It’s been deemed “college football’s first trade” by pundits, but that’s a fable. In a trade both parties agree to fair value and each side is made whole by the assumed equality of the swap. If Josh Heupel had his druthers, I’d bet he’d want to have a returning starter at QB for the first time since 2022. Instead, UT’s man is experienced under center but brand-spanking-new in this offense. The JAGUILAR is a gamer and I’m excited to see him operate in this offense. But to pretend the situation is somehow optimal is dishonest.
No time to make excuses though, as the Vols open with Syracuse: a Power 4 opponent, a team that won 10 games last year, and a team that saw QB Kyle McCord obliterate school passing records under first-year coach Fran Brown (as discussed in the pre-preview for this game earlier this summer). McCord is gone now though, replaced by a QB who, like Aguilar, was on a whole other team through spring practice. Unlike Aguilar, former Notre Dame QB Steve Angeli was brought in because Brown and the Orange were unhappy with the QBs they had after spring drills ended—QBs that Syracuse fully intended to go to work with this fall.
Previously on Vols vs. Orange
Tennessee beat Syracuse 33-9 and Travis Stephens ran for 111 yards and 2 TDs in the 2001 season opener in Knoxville. This will be the third time UT and Syracuse have opened the season against each other (the 1998 opening game shootout won by Tennessee 34-33 with a Jeff Hall field goal in the final seconds will never be forgotten by the living fan). Tennessee is 3-0 in the series which only ever starts or ends a season; the one other game between the schools was a 18-12 UT victory in the 1966 Gator Bowl.
Tennessee Defense vs. Syracuse Offense

Very few returning starters for Syracuse. Considering McCord and his leading WRs from a year ago are all gone, that’s a fact that should be a significant factor when weighing this year’s SU squad’s chances.
Also very few top-200 prospects on the Syracuse offense. One is RG TJ Ferguson who anchors a line rebuilt through the transfer portal. OL was not a strength for the Orange last season, but they do feel like they’ve shored up and leveled up their line for this year.
Another blue chip prospect the Orange have as a potential weapon is Texas WR Johntay Cook, who Syracuse is banking on to by a dynamic playmaker for them this year.

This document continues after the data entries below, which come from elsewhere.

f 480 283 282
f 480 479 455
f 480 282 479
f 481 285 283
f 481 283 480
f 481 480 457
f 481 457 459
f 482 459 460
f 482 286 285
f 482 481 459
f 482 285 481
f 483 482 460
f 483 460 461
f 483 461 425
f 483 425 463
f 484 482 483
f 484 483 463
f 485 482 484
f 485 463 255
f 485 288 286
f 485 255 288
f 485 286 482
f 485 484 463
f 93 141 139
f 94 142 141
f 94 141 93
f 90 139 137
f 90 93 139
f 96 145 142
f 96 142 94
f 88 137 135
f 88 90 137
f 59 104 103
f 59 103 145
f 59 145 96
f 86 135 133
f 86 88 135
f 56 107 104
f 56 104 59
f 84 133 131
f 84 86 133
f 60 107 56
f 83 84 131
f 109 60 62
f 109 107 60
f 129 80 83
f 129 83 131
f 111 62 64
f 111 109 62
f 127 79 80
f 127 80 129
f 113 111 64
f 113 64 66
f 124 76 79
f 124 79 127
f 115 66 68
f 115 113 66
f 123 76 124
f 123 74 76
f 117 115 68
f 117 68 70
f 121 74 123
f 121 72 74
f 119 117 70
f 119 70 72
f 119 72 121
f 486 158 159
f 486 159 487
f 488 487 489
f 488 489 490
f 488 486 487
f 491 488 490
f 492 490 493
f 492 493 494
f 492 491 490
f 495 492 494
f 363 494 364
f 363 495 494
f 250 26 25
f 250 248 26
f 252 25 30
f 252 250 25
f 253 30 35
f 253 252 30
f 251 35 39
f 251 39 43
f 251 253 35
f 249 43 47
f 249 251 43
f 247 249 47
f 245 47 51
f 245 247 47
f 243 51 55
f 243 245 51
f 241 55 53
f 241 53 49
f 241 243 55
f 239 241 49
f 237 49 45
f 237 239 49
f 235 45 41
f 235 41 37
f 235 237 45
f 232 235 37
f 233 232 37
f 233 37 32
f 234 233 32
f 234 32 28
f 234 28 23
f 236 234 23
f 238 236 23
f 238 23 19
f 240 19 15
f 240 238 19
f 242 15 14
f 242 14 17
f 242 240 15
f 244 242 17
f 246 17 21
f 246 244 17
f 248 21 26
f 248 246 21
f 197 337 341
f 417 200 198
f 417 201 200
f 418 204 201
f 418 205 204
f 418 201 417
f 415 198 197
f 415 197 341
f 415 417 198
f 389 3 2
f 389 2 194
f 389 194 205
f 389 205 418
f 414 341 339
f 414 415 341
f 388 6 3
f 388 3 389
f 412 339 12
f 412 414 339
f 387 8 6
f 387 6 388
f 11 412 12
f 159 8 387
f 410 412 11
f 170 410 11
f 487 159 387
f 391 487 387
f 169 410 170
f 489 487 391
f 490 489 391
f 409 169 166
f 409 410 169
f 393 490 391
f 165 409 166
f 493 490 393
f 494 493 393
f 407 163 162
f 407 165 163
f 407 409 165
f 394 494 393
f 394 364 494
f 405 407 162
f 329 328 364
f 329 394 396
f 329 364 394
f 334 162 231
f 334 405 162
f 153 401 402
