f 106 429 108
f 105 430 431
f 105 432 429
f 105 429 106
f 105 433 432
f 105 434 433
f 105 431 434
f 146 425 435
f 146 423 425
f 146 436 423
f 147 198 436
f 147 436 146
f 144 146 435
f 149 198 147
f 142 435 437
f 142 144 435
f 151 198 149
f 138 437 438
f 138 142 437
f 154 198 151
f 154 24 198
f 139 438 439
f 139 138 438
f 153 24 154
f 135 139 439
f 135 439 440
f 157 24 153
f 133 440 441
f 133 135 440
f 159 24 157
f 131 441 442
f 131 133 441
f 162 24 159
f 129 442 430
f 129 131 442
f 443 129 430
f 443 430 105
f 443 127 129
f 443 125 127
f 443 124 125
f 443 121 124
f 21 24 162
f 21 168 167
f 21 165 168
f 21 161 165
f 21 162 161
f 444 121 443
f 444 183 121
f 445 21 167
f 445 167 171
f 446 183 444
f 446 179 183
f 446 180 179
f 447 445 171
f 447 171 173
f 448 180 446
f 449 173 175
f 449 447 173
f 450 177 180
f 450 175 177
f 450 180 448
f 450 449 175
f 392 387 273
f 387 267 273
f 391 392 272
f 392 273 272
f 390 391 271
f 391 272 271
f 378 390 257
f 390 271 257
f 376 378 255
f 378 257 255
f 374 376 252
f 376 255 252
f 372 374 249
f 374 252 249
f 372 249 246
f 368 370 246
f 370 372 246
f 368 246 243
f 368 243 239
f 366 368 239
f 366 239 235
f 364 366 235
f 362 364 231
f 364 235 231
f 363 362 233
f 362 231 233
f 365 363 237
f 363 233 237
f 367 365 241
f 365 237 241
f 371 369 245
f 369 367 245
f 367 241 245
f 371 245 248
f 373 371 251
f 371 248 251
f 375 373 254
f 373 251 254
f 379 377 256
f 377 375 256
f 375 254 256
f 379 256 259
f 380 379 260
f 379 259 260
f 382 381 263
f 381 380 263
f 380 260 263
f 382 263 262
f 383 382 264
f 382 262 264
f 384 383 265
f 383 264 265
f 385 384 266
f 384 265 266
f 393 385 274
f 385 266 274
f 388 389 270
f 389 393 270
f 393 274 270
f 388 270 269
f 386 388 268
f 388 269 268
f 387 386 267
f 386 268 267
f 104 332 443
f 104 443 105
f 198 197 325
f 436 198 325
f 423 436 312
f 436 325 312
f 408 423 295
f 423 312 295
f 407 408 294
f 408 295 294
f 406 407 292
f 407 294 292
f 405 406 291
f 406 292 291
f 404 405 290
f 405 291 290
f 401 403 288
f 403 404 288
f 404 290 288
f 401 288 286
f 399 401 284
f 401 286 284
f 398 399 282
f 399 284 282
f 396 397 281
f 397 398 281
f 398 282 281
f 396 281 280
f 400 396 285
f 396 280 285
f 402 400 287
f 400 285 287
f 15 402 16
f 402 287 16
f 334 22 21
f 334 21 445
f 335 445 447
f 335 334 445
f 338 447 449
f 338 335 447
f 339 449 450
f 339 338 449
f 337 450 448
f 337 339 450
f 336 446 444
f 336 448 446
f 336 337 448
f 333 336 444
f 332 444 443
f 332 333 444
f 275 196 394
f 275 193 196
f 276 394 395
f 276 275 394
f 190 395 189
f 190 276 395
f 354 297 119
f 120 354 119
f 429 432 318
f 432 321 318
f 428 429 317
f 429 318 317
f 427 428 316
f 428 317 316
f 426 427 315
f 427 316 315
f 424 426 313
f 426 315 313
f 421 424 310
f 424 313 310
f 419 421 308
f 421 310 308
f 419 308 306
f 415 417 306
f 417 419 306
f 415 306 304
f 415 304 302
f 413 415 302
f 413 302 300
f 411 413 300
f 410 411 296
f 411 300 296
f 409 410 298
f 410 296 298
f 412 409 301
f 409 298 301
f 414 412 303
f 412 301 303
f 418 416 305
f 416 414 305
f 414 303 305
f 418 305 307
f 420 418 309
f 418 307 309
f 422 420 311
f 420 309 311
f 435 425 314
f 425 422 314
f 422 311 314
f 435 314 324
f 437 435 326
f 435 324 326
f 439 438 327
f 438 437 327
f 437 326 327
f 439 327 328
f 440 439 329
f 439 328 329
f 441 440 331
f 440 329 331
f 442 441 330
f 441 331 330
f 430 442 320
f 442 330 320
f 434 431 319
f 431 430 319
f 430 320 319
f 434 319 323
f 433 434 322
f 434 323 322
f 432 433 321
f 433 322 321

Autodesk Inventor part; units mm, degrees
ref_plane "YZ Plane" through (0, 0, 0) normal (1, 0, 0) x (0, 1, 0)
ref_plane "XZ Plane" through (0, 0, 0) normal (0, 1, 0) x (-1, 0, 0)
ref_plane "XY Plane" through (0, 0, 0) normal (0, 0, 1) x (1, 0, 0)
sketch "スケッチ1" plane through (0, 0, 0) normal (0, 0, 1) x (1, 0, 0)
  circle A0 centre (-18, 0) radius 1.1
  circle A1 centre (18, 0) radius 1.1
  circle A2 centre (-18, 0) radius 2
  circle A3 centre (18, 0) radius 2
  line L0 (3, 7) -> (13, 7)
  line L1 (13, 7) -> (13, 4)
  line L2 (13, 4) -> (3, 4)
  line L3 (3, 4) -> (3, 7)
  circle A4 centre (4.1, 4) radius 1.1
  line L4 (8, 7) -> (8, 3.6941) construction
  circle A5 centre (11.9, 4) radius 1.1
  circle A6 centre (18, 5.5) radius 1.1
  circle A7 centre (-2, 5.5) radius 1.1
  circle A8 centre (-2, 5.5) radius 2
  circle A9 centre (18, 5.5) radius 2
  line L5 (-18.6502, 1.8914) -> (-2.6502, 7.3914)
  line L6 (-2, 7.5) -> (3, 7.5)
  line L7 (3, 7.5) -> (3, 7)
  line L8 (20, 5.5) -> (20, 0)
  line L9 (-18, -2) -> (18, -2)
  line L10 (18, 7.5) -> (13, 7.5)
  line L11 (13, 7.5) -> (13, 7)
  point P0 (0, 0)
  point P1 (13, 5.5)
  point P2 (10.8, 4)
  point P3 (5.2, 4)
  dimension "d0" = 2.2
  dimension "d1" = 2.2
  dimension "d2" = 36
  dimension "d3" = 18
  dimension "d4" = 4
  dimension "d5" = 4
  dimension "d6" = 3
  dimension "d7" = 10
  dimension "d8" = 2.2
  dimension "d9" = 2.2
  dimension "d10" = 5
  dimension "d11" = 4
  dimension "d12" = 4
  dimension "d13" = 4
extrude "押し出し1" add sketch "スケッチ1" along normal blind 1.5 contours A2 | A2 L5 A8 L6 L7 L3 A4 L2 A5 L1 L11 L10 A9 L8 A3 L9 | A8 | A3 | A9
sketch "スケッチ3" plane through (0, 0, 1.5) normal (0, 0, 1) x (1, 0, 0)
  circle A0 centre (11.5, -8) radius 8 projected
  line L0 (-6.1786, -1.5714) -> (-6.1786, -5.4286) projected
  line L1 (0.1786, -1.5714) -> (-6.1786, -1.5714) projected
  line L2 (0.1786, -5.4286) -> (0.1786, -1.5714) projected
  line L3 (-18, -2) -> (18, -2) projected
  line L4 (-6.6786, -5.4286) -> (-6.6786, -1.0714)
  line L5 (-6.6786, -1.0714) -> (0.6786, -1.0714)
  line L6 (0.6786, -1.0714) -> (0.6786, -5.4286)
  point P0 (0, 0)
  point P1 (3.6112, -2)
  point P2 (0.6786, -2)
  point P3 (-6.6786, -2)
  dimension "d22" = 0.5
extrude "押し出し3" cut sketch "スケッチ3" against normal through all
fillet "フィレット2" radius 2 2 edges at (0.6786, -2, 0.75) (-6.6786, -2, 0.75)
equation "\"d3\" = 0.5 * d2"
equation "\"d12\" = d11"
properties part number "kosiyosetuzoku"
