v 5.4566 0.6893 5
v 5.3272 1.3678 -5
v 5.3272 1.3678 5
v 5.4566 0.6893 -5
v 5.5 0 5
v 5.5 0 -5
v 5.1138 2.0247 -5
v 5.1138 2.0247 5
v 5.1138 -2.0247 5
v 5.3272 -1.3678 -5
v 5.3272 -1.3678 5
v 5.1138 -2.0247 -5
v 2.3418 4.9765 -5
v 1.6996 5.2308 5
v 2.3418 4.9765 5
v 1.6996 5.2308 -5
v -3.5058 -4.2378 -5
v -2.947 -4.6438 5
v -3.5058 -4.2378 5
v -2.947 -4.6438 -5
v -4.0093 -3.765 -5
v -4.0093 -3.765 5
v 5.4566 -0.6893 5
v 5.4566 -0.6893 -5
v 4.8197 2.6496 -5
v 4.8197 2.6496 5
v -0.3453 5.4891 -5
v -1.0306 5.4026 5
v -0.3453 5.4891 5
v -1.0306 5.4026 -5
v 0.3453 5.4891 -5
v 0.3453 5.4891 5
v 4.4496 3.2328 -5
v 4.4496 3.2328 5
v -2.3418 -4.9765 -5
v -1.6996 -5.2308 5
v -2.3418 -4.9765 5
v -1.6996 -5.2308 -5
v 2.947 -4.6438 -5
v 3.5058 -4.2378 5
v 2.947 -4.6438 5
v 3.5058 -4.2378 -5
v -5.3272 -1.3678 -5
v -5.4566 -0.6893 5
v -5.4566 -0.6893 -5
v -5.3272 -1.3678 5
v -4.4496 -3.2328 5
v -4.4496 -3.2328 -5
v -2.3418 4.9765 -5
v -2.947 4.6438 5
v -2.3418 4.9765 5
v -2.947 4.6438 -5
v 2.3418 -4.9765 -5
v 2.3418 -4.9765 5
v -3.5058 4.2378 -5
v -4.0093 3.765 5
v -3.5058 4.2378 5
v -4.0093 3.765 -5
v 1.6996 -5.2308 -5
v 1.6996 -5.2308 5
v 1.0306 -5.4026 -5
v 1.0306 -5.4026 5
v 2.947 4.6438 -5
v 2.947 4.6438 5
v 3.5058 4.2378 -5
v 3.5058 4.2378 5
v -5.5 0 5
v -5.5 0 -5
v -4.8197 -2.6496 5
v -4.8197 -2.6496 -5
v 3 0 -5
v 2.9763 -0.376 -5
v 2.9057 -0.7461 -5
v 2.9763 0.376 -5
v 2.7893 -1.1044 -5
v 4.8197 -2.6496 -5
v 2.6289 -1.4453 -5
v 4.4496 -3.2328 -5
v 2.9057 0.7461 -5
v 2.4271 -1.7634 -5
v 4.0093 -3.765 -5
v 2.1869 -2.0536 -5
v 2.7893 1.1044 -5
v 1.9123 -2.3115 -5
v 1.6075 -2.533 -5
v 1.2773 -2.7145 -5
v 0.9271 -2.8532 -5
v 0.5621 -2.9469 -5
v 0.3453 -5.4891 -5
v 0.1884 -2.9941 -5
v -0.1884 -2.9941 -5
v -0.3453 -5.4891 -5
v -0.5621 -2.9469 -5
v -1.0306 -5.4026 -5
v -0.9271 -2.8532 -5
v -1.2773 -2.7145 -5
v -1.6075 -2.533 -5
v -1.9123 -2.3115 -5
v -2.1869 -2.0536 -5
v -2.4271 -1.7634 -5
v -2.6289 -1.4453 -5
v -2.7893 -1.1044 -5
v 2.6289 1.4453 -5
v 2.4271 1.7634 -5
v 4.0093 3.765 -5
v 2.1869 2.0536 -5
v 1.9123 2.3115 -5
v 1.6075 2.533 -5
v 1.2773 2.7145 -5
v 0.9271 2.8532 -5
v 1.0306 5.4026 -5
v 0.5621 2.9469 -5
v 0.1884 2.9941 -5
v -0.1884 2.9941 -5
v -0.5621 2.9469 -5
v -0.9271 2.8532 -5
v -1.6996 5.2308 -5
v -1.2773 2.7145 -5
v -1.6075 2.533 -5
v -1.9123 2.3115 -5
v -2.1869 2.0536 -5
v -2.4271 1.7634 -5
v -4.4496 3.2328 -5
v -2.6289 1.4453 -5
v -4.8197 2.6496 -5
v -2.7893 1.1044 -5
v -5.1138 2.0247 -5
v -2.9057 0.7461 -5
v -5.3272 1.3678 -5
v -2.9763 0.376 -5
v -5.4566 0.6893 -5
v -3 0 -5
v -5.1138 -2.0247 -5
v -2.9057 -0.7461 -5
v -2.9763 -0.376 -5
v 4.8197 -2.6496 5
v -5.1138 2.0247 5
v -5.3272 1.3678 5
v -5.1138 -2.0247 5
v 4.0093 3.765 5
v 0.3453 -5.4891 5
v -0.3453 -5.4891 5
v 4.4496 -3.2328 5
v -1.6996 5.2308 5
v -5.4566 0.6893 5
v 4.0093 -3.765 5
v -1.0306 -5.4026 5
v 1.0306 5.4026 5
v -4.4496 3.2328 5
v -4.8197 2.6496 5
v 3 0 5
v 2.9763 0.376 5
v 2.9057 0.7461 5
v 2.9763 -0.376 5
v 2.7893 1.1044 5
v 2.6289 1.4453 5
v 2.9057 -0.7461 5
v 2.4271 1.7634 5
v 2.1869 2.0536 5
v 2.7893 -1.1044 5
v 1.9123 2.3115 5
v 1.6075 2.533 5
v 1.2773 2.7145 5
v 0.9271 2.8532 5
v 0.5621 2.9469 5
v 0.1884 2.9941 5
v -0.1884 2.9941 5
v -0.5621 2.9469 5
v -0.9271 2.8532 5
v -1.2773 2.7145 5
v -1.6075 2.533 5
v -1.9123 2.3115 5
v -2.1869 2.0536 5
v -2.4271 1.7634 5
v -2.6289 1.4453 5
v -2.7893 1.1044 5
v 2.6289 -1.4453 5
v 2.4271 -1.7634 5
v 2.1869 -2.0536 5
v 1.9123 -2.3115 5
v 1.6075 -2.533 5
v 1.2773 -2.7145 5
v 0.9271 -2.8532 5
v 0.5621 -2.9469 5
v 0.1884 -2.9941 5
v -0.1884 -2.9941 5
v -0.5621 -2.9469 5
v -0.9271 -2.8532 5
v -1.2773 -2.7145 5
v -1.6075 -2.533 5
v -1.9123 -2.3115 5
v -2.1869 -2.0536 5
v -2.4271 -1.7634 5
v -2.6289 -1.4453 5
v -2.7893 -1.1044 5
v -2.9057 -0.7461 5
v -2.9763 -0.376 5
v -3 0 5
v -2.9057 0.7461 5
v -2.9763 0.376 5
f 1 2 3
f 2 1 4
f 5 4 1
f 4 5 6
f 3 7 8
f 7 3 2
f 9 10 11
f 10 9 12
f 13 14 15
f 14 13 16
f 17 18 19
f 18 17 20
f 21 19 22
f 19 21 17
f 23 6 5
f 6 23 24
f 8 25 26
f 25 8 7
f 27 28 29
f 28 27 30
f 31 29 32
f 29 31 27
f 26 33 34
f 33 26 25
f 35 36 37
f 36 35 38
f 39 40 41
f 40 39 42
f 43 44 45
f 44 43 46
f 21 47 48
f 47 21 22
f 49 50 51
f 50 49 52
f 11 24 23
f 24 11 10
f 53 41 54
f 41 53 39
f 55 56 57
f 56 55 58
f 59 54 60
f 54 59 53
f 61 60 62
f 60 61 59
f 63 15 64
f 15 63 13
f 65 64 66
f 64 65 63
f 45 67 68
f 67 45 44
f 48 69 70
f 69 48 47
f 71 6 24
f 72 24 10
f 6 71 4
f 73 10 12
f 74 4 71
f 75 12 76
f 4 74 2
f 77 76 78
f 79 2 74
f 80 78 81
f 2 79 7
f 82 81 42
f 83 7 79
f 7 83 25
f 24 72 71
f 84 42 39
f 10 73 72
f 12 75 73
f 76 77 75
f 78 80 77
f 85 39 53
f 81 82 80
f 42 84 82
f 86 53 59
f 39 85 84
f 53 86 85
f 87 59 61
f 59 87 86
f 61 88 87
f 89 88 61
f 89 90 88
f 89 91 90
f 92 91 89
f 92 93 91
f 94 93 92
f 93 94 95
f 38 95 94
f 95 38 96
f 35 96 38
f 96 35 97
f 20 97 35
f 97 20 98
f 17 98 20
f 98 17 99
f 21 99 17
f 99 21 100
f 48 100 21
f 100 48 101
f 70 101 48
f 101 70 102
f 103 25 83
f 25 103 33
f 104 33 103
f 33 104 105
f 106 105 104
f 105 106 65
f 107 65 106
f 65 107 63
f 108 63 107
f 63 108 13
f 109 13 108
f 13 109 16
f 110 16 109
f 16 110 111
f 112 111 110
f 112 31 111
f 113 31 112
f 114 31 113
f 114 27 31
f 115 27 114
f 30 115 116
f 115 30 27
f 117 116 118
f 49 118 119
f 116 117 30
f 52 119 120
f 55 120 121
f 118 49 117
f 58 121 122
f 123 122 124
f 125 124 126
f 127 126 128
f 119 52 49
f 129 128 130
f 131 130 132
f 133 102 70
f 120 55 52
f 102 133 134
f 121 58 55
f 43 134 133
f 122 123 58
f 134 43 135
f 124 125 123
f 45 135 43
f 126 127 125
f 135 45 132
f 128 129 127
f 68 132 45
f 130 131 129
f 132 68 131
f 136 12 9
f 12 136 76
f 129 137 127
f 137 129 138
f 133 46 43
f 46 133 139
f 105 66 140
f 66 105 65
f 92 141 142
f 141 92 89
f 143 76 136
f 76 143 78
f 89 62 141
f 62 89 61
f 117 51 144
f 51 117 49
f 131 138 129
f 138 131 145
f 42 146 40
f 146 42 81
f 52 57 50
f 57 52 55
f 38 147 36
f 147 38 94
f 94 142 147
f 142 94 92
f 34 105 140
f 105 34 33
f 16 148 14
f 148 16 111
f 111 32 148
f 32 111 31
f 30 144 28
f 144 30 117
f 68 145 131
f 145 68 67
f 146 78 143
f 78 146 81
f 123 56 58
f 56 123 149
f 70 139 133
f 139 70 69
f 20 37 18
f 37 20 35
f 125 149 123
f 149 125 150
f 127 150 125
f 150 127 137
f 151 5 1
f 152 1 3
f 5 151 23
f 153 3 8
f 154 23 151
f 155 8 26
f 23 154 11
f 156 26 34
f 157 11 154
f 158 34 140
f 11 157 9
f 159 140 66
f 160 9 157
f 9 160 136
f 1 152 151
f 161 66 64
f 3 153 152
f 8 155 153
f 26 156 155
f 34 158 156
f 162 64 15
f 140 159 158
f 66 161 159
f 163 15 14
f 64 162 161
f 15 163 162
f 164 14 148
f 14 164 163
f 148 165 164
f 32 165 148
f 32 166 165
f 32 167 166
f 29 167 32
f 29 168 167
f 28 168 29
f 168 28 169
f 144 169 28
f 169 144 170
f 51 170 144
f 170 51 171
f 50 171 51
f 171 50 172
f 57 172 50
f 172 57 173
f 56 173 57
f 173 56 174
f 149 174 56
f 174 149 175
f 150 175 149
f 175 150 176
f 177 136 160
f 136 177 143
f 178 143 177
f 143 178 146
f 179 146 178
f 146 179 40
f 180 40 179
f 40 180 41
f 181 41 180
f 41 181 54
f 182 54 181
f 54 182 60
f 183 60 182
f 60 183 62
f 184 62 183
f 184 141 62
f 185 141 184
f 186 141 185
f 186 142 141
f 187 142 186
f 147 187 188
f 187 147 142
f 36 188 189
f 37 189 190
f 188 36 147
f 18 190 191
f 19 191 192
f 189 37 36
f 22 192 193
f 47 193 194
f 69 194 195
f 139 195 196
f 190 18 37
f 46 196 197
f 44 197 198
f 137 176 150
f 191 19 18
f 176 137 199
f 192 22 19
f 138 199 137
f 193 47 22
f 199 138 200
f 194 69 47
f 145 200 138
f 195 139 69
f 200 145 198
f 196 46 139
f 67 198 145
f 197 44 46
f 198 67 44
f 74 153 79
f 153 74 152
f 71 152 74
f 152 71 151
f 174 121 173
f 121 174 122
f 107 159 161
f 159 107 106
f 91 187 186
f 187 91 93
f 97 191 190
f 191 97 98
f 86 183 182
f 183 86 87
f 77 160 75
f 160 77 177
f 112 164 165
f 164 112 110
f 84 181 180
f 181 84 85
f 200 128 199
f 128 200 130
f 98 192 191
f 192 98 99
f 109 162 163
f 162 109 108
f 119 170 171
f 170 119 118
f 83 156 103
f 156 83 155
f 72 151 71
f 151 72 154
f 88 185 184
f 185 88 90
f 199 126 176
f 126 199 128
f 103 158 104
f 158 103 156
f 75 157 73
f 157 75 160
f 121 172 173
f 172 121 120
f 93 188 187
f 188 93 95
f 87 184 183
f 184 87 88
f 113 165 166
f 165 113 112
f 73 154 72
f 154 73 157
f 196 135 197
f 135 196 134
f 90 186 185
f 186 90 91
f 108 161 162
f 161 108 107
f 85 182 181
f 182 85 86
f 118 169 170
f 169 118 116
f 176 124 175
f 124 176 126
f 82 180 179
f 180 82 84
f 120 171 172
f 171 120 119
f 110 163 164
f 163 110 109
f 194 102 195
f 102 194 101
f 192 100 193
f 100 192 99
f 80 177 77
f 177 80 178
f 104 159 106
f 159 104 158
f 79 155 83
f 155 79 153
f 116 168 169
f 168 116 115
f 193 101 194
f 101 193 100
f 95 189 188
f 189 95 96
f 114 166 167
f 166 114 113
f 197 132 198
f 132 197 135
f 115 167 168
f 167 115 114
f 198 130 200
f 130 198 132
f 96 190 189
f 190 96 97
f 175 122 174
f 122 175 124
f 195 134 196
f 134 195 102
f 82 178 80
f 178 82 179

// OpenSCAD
$fn = 50;


difference() {
	union() {
		translate(v = [0, 0, -5.0000000000]) {
			cylinder(h = 10, r = 5.5000000000);
		}
	}
	union() {
		translate(v = [0, 0, -100.0000000000]) {
			cylinder(h = 200, r = 3.0000000000);
		}
	}
}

The Syracuse offense isn’t going to put up the numbers they did last year, but if they want to be successful at all, they will need Cook to be the dynamic playmaker he has the potential to be.
One other name to look for on the SU offense is TE Dan Villari, who two years ago (under a different coaching staff) showed enough athleticism to have a wildcat package drawn up for him.
Syracuse had one of the worst special teams units in America last year, and that will likely be the case again this season.
On the Tennessee side, it is a veteran group, returning both LBs and most of the line and secondary.
Also a talented group of Vols—several blue chippers on the board and ready to fill in at several positions.
I gave the “star treatment” to two players (i.e. their placeholder is a star rather than a circle on the chart). One is Jermod McCoy, an All-American last season still recovering from an offseason ACL injury.
The other is Boo Carter. That will be a controversial pick, but I did it for two reasons. One, he was a standout as a freshman last year and named to the SEC All-Freshman team. Second, he seems to want the smoke. If you’re going to spend a significant portion of the offseason putting yourself in a spotlight, you better produce when the pads start popping.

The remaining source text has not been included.